The House GOP did not anticipate that the administration’s separation of 2,000 plus immigrant children from their parents and then subsequent detention would thrust their immigration reform votes into the headlines for days and serve as a visible focal point for the public’s anger over the “separate and detain” program. The fact that the President has not given concrete direction to the House GOP as what he would ultimately support, and in the process apparently given the House responsibility for fixing the political problems created by the administration’s separate and detain program, has only increased the focus on the House’s votes and the associated level of controversy.

The House failed to garner enough votes to pass H.R. 4760 the Securing America’s Future Act, sponsored by House Judiciary Committee Chairman Bob Goodlatte (R-VA). They have postponed consideration to the week of June 25th H.R. 6136, the Border Security and Immigration Reform Act, which was drafted as a compromise between the Freedom Caucus members and moderate Republicans. The postponement is intended to continue the negotiations and potentially include a more palatable solution for agriculture than what Chairman Goodlatte included in H.R. 4760. Given this confusion and controversy, it is not clear, at the time we write this memorandum, whether the House will have the votes to pass a compromised approach to immigration reform legislation.

Time will soon tell, but the House GOP may end up without an immigration reform bill to send to the Senate, while still sharing the blame and potentially long-lasting political burdens of the administration’s separate and detain program. Even were the House to pass an immigration reform bill, by not solving the problems created by the separate and detain policy, they could still bear these lasting political effects. It’s also safe to assume that a House-passed bill would have little or no chance in the Senate.

Government Affairs Report June 22, 2018 Page 5 of 6 In terms of the farm bill, though, House Freedom Caucus members did not block its passage once they had their vote on Goodlatte’s immigration proposal. The House narrowly passed their farm bill by a vote of 213 yeas to 211 nays. No Democrats supported the measure and roughly 20 Republicans voted no as well.

The Senate has passed out of the Agriculture, Nutrition & Forestry Committee its own farm bill on a strong, bipartisan vote of 20-1. The lone no vote came from Sen. Chuck Grassley (R-IA). The Senate has started the procedural moves necessary to call up their version of the farm bill the week of June 25th with the goal of completing their consideration by the July 4th recess.

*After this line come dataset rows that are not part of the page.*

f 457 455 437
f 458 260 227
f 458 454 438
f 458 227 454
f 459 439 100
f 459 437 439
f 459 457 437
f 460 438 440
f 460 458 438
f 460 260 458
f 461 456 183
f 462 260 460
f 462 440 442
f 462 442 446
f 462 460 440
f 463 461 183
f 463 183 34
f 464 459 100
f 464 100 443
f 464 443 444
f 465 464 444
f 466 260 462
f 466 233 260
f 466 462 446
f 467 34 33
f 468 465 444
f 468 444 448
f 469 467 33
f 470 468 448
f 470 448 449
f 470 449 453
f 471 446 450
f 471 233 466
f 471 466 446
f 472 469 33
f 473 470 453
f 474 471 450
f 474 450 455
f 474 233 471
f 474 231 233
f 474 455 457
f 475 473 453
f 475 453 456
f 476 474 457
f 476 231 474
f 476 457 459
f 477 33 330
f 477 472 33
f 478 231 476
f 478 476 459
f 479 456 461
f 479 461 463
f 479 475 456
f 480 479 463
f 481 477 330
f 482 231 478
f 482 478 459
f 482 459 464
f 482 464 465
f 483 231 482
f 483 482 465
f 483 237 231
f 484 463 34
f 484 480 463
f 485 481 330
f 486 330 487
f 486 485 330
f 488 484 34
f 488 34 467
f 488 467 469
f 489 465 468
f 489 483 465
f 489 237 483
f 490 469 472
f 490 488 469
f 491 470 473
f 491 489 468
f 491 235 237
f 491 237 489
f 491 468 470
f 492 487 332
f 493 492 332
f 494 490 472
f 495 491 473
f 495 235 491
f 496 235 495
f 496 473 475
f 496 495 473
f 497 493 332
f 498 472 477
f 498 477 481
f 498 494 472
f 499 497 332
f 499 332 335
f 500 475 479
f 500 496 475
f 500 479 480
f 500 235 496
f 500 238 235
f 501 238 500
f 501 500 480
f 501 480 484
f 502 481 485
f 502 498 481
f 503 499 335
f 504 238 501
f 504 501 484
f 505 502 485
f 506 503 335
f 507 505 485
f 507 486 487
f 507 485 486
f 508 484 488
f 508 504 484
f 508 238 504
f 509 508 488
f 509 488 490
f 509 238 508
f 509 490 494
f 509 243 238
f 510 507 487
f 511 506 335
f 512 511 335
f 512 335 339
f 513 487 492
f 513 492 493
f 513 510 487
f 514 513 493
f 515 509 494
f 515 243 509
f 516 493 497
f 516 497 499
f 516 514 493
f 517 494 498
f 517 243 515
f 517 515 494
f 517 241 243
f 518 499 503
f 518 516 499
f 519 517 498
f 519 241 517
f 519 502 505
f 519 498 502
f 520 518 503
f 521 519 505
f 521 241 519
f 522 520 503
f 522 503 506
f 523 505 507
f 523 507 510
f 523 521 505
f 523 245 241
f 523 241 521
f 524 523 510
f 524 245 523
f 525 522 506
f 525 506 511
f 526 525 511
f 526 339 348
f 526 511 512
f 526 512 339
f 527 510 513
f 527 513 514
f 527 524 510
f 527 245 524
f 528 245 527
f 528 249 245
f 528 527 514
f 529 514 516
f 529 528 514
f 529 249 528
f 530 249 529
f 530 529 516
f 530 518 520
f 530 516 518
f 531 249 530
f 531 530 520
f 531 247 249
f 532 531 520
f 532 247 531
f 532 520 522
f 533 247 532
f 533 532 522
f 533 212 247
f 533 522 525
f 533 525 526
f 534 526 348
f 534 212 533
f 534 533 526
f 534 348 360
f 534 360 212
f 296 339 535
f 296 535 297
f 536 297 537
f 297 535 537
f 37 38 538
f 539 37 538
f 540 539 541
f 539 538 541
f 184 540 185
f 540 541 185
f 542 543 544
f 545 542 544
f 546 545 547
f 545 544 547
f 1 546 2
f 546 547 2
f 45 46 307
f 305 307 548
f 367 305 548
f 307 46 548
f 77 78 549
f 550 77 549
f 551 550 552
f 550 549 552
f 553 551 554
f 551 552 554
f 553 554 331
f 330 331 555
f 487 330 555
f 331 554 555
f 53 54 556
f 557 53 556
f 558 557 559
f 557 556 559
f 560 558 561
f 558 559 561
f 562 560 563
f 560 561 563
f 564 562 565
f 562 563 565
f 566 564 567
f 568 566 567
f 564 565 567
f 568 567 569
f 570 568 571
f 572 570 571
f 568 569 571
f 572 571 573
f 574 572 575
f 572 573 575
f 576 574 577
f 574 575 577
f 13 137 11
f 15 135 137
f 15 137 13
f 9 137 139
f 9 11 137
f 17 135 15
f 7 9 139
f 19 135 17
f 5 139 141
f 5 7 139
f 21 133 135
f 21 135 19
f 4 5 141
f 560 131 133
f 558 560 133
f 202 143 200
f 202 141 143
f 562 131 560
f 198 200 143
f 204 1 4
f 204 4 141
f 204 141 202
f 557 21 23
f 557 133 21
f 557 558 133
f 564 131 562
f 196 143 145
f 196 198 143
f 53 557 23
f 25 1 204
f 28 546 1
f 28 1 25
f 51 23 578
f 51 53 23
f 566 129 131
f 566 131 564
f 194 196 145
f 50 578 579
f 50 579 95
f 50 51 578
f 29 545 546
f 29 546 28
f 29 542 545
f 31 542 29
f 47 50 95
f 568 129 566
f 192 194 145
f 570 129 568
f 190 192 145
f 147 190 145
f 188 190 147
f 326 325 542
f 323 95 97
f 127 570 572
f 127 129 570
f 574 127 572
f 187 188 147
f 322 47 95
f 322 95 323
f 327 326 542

Presumably, we would move to a conference committee in July but anticipate that it will be quite challenging given the many substantive differences between the bills, some of them quite controversial. The legislative session time available to complete such a conference and get the conference report passed by both the House and Senate before the November elections will be exceedingly short. There is enormous pressure on the House and Senate agricultural committee members, once their respective bills are passed, to get the conference done and the final bill sent to the President. Any final product will resemble the Senate’s bipartisan bill more so than the House version, and it is hard to predict if House leadership, who cited the farm bill as a signature opportunity for welfare reform, can call up a conference report that contains very little changes without a revolt of its conservative wing of the party.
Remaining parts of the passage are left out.